Wednesday, December 07, 2022

Syrian president in Berlin seeks release of loved ones after amnesty

For 10 years, Rozin Derki hoped that her brother Mohamed was still alive and would one day be released from a Syrian government prison after his arrest in 2012.

Yet when a presidential decree last week granted a general amnesty for prisoners, they had mixed feelings.

“It’s an ugly feeling because you don’t know if he’s alive, if he’ll be released, or if he’ll remember us,” Durkey said Saturday in Berlin by dozens of people holding a photo of his brother. Syrians for political prisoners.

“When my mother found out about the decree she said, ‘Even if she doesn’t recognize me, at least I will,'” said Derki, whose brother supported the rebellion against President Bashar al-Assad. Was.

File - This Photo Released By The Official Facebook Page Of The Syrian Presidency Shows Syrian President Bashar Assad On March 18, 2022 In Abu Dhabi, United Arab Emirates.

FILE – This photo released by the official Facebook page of the Syrian presidency shows Syrian President Bashar Assad on March 18, 2022 in Abu Dhabi, United Arab Emirates.

The April 30 apology appears to be the first for those who were detained under a comprehensive 2012 anti-terrorism decree that rights groups say allowed officials to round up opposition activists and aid workers. Is.
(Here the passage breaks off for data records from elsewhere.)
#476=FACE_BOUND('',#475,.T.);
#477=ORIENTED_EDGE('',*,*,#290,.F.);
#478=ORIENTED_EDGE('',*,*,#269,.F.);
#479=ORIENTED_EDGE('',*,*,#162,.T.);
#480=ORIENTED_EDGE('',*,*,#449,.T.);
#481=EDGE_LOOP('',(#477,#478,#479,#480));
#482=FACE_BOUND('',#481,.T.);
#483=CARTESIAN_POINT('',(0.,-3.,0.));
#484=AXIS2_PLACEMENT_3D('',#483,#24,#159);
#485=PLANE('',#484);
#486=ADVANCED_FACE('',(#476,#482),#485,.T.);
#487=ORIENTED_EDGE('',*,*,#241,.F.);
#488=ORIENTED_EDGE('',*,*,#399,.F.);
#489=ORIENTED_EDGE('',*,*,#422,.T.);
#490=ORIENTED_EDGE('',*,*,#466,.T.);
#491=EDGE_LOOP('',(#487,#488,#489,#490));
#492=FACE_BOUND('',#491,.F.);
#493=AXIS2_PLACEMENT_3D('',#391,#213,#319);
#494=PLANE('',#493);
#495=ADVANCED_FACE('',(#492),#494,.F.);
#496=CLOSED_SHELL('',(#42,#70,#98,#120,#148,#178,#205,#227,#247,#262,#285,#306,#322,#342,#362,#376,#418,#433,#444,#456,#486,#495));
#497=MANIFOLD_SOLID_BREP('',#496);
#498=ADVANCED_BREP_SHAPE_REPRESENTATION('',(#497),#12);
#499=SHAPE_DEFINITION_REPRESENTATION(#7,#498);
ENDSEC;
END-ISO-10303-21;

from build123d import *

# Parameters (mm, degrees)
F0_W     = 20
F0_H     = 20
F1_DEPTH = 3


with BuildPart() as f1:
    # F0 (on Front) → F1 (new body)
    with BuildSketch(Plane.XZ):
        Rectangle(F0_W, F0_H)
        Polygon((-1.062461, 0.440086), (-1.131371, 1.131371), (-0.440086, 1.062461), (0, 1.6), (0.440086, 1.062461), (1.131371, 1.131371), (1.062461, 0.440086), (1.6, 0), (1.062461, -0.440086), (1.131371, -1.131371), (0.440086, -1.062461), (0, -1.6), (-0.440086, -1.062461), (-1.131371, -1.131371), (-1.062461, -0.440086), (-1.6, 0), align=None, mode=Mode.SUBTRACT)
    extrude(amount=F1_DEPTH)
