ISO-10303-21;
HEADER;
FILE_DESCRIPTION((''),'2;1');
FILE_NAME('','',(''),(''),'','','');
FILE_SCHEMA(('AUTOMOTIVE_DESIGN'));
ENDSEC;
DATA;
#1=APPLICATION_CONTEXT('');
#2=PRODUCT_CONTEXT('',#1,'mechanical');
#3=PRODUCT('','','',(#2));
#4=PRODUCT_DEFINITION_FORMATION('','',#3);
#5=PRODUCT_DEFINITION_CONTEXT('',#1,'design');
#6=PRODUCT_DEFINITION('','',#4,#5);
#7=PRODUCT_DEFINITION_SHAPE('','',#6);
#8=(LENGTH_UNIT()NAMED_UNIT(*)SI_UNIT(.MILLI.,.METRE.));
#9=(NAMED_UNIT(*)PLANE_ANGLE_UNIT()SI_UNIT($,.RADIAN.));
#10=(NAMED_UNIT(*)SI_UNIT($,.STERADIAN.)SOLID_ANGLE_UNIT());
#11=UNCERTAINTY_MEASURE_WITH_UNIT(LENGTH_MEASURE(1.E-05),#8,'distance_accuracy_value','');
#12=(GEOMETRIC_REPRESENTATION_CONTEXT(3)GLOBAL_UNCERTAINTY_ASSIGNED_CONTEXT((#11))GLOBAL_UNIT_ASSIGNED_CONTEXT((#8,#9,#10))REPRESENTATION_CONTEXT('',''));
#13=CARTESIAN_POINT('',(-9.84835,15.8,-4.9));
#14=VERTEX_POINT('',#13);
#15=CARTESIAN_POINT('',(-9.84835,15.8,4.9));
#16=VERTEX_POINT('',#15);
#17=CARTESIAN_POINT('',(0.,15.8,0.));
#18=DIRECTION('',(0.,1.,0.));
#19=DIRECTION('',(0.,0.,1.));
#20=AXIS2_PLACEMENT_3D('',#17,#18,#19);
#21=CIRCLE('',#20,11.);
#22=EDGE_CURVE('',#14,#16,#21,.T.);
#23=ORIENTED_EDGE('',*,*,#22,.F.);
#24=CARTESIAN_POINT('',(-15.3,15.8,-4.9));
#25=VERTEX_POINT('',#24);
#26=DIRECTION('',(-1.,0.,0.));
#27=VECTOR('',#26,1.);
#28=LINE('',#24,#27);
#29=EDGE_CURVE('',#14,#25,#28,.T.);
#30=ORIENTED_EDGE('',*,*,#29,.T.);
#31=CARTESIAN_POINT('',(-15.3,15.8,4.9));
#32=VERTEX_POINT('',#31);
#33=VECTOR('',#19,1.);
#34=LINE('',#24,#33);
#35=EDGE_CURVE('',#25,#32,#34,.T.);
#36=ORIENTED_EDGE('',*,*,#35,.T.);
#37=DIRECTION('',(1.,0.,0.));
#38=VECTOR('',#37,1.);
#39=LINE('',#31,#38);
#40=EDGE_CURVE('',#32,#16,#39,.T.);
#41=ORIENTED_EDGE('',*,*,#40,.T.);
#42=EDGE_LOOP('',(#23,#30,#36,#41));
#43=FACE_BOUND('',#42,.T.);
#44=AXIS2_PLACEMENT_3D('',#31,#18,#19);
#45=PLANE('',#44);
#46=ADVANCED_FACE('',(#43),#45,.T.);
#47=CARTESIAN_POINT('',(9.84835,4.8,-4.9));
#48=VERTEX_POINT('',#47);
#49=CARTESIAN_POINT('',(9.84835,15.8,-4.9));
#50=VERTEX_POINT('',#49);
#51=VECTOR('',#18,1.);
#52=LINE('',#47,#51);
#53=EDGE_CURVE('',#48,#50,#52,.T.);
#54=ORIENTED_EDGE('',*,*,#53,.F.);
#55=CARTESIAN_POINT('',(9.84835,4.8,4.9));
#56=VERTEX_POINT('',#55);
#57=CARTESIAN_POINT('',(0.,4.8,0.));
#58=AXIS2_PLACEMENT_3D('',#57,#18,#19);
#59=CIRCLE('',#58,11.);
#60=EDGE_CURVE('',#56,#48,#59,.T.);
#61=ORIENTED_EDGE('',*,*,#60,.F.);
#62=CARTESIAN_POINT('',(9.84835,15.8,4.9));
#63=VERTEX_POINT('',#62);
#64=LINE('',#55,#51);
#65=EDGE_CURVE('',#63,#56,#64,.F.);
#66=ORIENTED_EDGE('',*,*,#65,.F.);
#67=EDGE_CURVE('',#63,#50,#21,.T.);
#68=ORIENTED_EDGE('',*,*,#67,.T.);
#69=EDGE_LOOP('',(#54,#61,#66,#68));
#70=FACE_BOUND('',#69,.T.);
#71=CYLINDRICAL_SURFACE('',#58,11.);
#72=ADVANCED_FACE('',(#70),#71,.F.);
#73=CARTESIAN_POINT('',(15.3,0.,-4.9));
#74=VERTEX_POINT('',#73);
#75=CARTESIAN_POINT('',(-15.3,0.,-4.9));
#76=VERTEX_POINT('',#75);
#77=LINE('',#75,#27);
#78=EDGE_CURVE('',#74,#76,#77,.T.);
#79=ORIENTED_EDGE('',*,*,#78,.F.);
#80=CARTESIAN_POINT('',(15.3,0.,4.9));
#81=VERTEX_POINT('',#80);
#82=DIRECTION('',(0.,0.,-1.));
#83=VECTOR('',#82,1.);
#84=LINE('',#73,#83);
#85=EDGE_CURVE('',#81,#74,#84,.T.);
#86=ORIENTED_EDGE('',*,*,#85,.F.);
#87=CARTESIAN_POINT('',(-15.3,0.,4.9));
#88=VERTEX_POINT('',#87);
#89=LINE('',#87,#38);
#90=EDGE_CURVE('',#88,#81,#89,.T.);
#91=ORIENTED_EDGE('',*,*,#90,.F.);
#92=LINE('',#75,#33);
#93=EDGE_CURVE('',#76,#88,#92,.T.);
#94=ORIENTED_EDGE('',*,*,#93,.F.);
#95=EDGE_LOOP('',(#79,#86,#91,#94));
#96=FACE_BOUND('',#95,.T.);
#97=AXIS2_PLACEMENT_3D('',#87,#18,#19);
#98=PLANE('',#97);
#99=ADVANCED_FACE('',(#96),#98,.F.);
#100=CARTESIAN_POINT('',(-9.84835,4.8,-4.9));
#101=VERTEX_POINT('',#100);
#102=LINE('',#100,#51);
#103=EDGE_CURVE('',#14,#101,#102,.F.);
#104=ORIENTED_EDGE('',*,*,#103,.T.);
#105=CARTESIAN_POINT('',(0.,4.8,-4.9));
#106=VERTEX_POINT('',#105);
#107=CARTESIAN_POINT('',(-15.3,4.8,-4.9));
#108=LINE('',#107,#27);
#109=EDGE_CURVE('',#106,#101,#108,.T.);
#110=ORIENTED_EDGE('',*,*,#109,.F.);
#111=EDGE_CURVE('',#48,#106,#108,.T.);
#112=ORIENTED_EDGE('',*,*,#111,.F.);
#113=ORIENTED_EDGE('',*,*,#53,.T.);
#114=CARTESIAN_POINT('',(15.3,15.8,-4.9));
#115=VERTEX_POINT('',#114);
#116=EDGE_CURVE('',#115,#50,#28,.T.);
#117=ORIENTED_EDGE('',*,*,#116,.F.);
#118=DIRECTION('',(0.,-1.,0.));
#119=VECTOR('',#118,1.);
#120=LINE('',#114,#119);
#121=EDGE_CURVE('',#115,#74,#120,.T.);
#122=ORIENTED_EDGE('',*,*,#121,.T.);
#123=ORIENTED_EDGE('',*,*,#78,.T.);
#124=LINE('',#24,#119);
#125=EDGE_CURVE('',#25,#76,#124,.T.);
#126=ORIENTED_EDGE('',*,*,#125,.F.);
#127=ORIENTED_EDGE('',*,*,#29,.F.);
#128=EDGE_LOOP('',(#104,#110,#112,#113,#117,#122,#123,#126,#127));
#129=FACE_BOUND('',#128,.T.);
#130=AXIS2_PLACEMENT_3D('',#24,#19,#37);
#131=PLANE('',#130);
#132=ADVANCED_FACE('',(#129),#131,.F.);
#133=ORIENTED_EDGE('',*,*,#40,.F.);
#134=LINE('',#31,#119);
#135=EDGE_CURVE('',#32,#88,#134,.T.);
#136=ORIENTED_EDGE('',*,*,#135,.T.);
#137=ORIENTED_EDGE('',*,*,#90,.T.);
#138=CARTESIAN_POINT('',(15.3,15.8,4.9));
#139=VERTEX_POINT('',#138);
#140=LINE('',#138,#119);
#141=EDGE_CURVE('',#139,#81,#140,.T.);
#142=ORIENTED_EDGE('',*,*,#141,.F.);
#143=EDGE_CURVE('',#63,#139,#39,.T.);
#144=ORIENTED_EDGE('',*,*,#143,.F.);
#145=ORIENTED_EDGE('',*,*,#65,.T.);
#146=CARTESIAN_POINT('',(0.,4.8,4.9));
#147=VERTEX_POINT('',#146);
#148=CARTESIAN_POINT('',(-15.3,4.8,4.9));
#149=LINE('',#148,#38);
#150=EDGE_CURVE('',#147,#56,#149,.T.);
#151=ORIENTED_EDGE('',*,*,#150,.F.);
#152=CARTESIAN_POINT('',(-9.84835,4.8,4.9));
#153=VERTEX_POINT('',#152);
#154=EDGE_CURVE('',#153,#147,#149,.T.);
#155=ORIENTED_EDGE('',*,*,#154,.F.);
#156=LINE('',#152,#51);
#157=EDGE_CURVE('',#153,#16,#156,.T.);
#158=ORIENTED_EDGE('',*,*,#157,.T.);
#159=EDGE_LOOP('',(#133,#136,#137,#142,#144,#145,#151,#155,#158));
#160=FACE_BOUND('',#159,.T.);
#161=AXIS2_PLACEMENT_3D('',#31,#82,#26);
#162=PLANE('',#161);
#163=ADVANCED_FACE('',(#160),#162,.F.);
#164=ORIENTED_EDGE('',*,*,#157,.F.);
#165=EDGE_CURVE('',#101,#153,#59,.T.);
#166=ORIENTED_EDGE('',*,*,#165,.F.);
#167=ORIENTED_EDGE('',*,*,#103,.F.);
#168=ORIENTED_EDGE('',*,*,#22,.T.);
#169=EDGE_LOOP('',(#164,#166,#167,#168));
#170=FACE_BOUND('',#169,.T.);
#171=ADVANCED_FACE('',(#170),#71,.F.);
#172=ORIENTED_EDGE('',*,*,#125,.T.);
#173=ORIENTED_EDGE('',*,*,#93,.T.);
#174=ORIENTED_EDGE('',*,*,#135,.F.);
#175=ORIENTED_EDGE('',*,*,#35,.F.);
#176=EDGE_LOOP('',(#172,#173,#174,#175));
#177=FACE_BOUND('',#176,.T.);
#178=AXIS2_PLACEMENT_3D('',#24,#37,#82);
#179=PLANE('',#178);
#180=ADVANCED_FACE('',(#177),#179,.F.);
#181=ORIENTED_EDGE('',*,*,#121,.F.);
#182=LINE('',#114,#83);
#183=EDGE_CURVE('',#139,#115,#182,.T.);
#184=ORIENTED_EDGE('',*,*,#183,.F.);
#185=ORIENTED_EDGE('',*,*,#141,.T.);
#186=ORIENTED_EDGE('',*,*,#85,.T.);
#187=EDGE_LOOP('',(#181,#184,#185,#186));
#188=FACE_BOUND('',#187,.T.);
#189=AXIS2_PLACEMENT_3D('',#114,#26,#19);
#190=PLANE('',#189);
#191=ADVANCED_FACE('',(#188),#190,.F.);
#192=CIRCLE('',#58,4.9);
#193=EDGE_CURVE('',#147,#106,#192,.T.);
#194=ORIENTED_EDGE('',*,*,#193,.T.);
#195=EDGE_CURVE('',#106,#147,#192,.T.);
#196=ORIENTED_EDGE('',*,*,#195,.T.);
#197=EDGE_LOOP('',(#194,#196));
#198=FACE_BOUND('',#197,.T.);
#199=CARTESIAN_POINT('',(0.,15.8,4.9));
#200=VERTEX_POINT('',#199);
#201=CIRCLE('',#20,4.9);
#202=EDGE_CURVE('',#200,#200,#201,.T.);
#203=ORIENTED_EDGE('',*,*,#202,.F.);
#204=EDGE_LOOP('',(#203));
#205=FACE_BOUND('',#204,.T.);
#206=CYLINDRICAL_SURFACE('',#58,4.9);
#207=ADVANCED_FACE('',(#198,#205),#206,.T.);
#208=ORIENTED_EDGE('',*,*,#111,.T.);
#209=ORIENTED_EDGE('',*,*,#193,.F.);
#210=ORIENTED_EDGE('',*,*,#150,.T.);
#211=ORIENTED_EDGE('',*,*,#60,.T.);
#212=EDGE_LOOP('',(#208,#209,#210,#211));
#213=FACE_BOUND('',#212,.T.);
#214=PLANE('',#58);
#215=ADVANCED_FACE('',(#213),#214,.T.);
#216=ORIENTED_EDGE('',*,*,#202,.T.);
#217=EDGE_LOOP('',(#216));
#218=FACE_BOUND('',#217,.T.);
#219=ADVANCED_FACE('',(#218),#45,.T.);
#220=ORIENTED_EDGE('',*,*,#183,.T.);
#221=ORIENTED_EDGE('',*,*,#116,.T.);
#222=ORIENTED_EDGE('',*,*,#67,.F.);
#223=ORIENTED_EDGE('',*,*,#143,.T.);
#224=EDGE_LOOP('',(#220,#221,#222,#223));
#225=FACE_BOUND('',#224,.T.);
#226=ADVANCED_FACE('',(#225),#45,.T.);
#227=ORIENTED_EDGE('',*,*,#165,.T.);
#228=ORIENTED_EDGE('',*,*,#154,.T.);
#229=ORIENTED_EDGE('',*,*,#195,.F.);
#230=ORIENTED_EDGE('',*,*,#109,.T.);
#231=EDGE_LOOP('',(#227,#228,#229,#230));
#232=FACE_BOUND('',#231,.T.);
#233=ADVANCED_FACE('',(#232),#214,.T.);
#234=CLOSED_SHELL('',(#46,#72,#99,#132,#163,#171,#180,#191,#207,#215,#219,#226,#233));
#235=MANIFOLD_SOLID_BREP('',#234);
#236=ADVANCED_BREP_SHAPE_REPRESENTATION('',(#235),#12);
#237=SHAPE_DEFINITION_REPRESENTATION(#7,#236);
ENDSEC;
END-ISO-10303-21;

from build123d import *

# Parameters (mm, degrees)
SKETCH1_W          = 30.6
SKETCH1_H          = 9.8
BASE_EXTRUDE_DEPTH = 15.8
SKETCH2_R          = 11
SKETCH2_R_2        = 4.9
CUT_EXTRUDE1_DEPTH = 11


with BuildPart() as part:
    # Sketch1 → Base-Extrude (new body)
    with BuildSketch(Plane(origin=(0, 0, 0), x_dir=(1, 0, 0), z_dir=(0, 1, 0))):
        Rectangle(SKETCH1_W, SKETCH1_H)
    extrude(amount=BASE_EXTRUDE_DEPTH)

    # Sketch2 → Cut-Extrude1 (cut)
    with BuildSketch(Plane(origin=(0, 15.8, 0), x_dir=(-1, 0, 0), z_dir=(0, 1, 0))):
        Circle(SKETCH2_R)
        with Locations(Location((0, 0, 0), (0, 0, 90))):
            Circle(SKETCH2_R_2, mode=Mode.SUBTRACT)
    extrude(amount=-CUT_EXTRUDE1_DEPTH, mode=Mode.SUBTRACT)


solid = part.part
It has given thousands of Syrian families hope to see their loved ones free again after years of detention. But rights groups say the decree will only grant freedom to a small fraction of political prisoners held by the government.

The Syrian Network for Human Rights (SNHR), which is documenting the war from outside Syria, said about 200 people had been released since the decree, with the total number unlikely to exceed 1,800. .

SNHR chief Fadel Abdul Ghani said, “According to SNHR figures, the government has 132,000 Syrian citizens (detained for political reasons), of whom 87,000 have forcibly disappeared, which means they are not included in the amnesty decree. Huh.”


Durky, along with other Syrians, placed framed photographs of his detained family members in front of Berlin’s Brandenburg Gate.

File - A Nearly Empty Road Leads To The Brandenburg Gate In Berlin, Germany, March 24, 2020.

FILE – A nearly empty road leads to the Brandenburg Gate in Berlin, Germany, March 24, 2020.

They were unhappy with the lack of clarity of the decree.

Yasmin Shabaji said, “Like me, all the families here are angry. We don’t know what this apology means.”

Ammar Bilal, a member of the Law Department at Syria’s Ministry of Justice, said it was not possible to determine how many people the pardon would cover, adding that the pardon was more comprehensive than the previous one because it involved people tried in absentia. were involved.

Syria’s justice ministry said all detainees under the amnesty would be released sequentially in the coming days without giving further details.

For Derki, there was another way for the Syrian leader to show his power. “He did this to say to the Arameans: ‘I am still here and your sons are still with me.'”


This article is republished from – Voa News – Read the – original article.